# Weather pics 1-29-05



## leo (Jan 29, 2005)

Here are a couple of pics to show what it's like in my yard at 6am this morning  

Anyone want to share their weather pics , please do  

leo


----------



## leo (Jan 29, 2005)

*1 more,*



leo


----------



## TurkeyCreek (Jan 29, 2005)

this is what we have in Douglas County


----------



## leo (Jan 29, 2005)

*Good pic MD*

0930 in Newton County 

leo


----------



## Hunterrs (Jan 29, 2005)

Nice pictures guys.  Thanks for sharing.

Robert


----------



## HuntinTom (Jan 29, 2005)

*Here's A Scene from West Cobb...*

...


----------



## Jim Thompson (Jan 29, 2005)

I may have to break out my camera!

Jim


----------



## beginnersluck (Jan 29, 2005)

*At my house in Gainesville*

Here are a few from my house in Gainesville, GA.  I love winter weather! And the last one is one of my baby girl!


----------



## leo (Jan 29, 2005)

*Great pics all*

Keep um coming probably be gone tomorrow  


leo


----------



## Hunterrs (Jan 29, 2005)

Here are my pet doves.  How do I get my pictures to display instead of showing up as a link?


----------



## leo (Jan 29, 2005)

*Robert neat pics, you*

have to just post 1 pic in a reply, then another in the next reply and so on  

leo


----------



## Hunterrs (Jan 29, 2005)

Thanks for the help.  Here is one more.


----------



## bilgerat (Jan 29, 2005)

*2 ft icicles*

on back of my house in buford


----------



## bilgerat (Jan 29, 2005)

1 more


----------



## bilgerat (Jan 29, 2005)

broken thermometer, its been that way since last summer but I kinda like seein 81 degrese on a day like   this!!!


----------



## Al33 (Jan 29, 2005)

*here's a few from Marietta*

First one, tin roof screen porch.

Last two, staying comfy.


----------



## Al33 (Jan 29, 2005)

*One more from a distance*

My comfort zone.


----------



## Hoss (Jan 29, 2005)

*Al*

I like the second one better.  At least it looks warm.

Hoss


----------



## Al33 (Jan 29, 2005)

*Thanks Hoss,*

  I know, but I cannot figure out what I am doing to make the pic show up without having to click the file link. I can do it sometimes, but other times i cannot. 

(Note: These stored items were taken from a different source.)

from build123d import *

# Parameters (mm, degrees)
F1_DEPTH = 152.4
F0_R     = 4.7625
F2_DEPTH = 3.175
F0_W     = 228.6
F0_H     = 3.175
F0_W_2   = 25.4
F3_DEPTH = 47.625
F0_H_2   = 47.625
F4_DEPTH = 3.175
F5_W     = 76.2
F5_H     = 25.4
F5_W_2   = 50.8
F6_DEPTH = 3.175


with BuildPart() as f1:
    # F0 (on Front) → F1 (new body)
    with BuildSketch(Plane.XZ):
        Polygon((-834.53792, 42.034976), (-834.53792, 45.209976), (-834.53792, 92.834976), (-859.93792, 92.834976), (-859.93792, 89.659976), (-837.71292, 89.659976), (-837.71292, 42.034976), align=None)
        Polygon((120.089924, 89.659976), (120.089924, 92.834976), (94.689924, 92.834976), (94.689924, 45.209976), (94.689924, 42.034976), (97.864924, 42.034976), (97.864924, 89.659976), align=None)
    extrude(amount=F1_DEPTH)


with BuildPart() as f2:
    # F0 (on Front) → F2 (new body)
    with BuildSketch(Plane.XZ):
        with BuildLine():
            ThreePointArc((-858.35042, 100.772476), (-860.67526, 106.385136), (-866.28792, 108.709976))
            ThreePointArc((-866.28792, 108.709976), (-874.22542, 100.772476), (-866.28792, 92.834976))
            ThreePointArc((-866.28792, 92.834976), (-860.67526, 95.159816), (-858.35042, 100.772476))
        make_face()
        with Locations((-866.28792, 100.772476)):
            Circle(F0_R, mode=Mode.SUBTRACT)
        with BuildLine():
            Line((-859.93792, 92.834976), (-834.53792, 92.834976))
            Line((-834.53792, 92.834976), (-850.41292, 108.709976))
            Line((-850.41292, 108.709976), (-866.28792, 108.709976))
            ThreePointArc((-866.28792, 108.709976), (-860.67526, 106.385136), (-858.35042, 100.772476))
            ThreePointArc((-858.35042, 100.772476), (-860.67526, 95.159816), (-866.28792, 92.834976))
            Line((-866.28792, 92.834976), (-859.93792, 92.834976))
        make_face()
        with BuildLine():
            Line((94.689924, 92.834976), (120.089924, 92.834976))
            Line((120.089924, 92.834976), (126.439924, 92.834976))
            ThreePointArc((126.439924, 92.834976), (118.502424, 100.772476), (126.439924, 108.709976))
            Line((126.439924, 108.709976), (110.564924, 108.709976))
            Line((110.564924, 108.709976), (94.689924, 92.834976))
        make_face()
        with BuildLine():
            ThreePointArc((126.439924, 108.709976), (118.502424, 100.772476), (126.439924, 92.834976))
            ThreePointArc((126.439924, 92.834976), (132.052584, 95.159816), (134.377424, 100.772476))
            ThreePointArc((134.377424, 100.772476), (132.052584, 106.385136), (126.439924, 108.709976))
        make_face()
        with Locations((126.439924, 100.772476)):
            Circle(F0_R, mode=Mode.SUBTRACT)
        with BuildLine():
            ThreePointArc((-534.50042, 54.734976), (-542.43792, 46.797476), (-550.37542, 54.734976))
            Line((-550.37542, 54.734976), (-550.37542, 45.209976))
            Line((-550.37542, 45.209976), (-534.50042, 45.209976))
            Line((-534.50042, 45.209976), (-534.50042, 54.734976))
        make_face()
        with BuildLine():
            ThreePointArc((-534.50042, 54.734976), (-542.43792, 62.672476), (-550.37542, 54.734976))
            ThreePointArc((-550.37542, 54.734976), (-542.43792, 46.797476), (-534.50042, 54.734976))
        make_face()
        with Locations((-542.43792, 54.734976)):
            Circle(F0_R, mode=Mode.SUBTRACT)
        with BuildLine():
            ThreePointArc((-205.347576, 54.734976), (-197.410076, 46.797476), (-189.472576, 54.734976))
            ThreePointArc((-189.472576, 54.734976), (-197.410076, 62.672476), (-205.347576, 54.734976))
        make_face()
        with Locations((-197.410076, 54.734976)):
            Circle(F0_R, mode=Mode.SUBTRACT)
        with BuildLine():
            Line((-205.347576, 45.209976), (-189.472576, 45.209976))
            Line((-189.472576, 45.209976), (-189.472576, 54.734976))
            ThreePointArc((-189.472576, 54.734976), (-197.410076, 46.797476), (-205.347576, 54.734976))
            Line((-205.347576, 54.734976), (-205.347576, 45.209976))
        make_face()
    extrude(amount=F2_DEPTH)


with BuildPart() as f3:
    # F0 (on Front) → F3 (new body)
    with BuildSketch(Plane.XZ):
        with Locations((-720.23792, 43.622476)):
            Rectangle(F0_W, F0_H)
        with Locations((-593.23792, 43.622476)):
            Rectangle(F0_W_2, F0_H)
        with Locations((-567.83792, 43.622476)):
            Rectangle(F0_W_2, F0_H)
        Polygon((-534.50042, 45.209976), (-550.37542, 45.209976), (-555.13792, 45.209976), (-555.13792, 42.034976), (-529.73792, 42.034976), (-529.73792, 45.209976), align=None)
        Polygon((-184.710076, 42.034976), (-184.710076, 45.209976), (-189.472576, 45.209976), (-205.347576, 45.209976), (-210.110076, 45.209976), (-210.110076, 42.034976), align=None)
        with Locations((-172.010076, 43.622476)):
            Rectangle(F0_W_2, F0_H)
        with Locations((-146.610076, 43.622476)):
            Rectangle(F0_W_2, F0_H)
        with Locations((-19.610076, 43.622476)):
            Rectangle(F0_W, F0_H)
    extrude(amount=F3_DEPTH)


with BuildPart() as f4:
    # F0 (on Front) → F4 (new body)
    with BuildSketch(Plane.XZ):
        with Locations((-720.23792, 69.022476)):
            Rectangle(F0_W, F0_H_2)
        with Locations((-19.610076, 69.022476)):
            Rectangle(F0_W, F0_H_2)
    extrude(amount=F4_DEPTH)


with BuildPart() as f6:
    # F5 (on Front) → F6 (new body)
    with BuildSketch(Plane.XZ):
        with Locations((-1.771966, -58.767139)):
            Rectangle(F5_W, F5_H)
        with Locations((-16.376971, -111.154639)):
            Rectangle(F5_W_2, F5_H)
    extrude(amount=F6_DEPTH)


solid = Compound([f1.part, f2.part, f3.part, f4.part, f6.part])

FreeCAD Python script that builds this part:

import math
import FreeCAD as App
import Part
import Sketcher
Q = App.Units.Quantity

doc = App.newDocument("Part")
body = doc.addObject("PartDesign::Body", "Body")
body.AllowCompound = True

sketch1 = doc.addObject("Sketcher::SketchObject", "Sketch")
body.addObject(sketch1)
sketch1.AttachmentSupport = (doc.XZ_Plane, [""])
sketch1.MapMode = "FlatFace"
sketch1.addGeometry([
    Part.LineSegment(App.Vector(-834.5, 42, 0), App.Vector(-834.5, 92.8, 0)),
    Part.LineSegment(App.Vector(-834.5, 92.8, 0), App.Vector(-859.9, 92.8, 0)),
    Part.LineSegment(App.Vector(-859.9, 92.8, 0), App.Vector(-859.9, 89.7, 0)),
    Part.LineSegment(App.Vector(-859.9, 89.7, 0), App.Vector(-837.7, 89.7, 0)),
    Part.LineSegment(App.Vector(-837.7, 89.7, 0), App.Vector(-837.7, 42, 0)),
    Part.LineSegment(App.Vector(-837.7, 42, 0), App.Vector(-834.5, 42, 0)),
    Part.LineSegment(App.Vector(120.1, 89.7, 0), App.Vector(120.1, 92.8, 0)),
    Part.LineSegment(App.Vector(120.1, 92.8, 0), App.Vector(94.7, 92.8, 0)),
    Part.LineSegment(App.Vector(94.7, 92.8, 0), App.Vector(94.7, 42, 0)),
    Part.LineSegment(App.Vector(94.7, 42, 0), App.Vector(97.9, 42, 0)),
    Part.LineSegment(App.Vector(97.9, 42, 0), App.Vector(97.9, 89.7, 0)),
    Part.LineSegment(App.Vector(97.9, 89.7, 0), App.Vector(120.1, 89.7, 0)),
], False)
sketch1.addConstraint([
    Sketcher.Constraint("Coincident", 0, 2, 1, 1),
    Sketcher.Constraint("Coincident", 1, 2, 2, 1),
    Sketcher.Constraint("Coincident", 2, 2, 3, 1),
    Sketcher.Constraint("Coincident", 3, 2, 4, 1),
    Sketcher.Constraint("Coincident", 4, 2, 5, 1),
    Sketcher.Constraint("Coincident", 5, 2, 0, 1),
    Sketcher.Constraint("Coincident", 6, 2, 7, 1),
    Sketcher.Constraint("Coincident", 7, 2, 8, 1),
    Sketcher.Constraint("Coincident", 8, 2, 9, 1),
    Sketcher.Constraint("Coincident", 9, 2, 10, 1),
    Sketcher.Constraint("Coincident", 10, 2, 11, 1),
    Sketcher.Constraint("Coincident", 11, 2, 6, 1),
    Sketcher.Constraint("Vertical", 0),
    Sketcher.Constraint("Horizontal", 1),
    Sketcher.Constraint("Vertical", 2),
    Sketcher.Constraint("Horizontal", 3),
    Sketcher.Constraint("Vertical", 4),
    Sketcher.Constraint("Horizontal", 5),
    Sketcher.Constraint("Vertical", 6),
    Sketcher.Constraint("Horizontal", 7),
    Sketcher.Constraint("Vertical", 8),
    Sketcher.Constraint("Horizontal", 9),
    Sketcher.Constraint("Vertical", 10),
    Sketcher.Constraint("Horizontal", 11),
    Sketcher.Constraint("Horizontal", 1, 2, 6, 2),
    Sketcher.Constraint("Horizontal", 5, 2, 8, 2),
    Sketcher.Constraint("Horizontal", 3, 2, 10, 2),
    Sketcher.Constraint("Equal", 1, 7),
    Sketcher.Constraint("Equal", 5, 9),
    Sketcher.Constraint("Equal", 9, 2),
    Sketcher.Constraint("DistanceX", 1, 2, 1, 1, Q("1 in")),
    Sketcher.Constraint("DistanceY", 0, 1, 0, 2, Q("2 in")),
    Sketcher.Constraint("DistanceX", 3, 1, 3, 2, Q("0.875 in")),
    Sketcher.Constraint("DistanceX", 0, 2, -1, 1, 834.53792),
    Sketcher.Constraint("DistanceY", -1, 1, 0, 2, 92.834976),
    Sketcher.Constraint("DistanceX", -1, 1, 6, 2, 120.089924),
])
pad1 = doc.addObject("PartDesign::Pad", "Pad")
body.addObject(pad1)
pad1.Profile = sketch1
pad1.Length = Q("6 in")
body2 = doc.addObject("PartDesign::Body", "Body001")
body2.AllowCompound = True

Do you have a clue for me?

Al


----------



## ryano (Jan 29, 2005)

early this morning.....we didnt get nothing but a little ice up here in Blue Ridge


----------



## ryano (Jan 29, 2005)

heres my huntin machine     got a little ice on her this morning


----------



## Hoss (Jan 29, 2005)

*Al*

Near as I can tell, if you post one photo per message, they show up.  If you post multiples on a message, you have to click on the files.

Hoss

PS How about that new avatar?  Ought to make Hancock Tim hungry.


----------



## leo (Jan 30, 2005)

*Al, what Hoss said, and*



> have to just post 1 pic in a reply, then another in the next reply and so on



my earlier reply to Robert

leo


----------



## StinkyPete (Jan 30, 2005)

Very cool pics everyone!!!!!!!!!


----------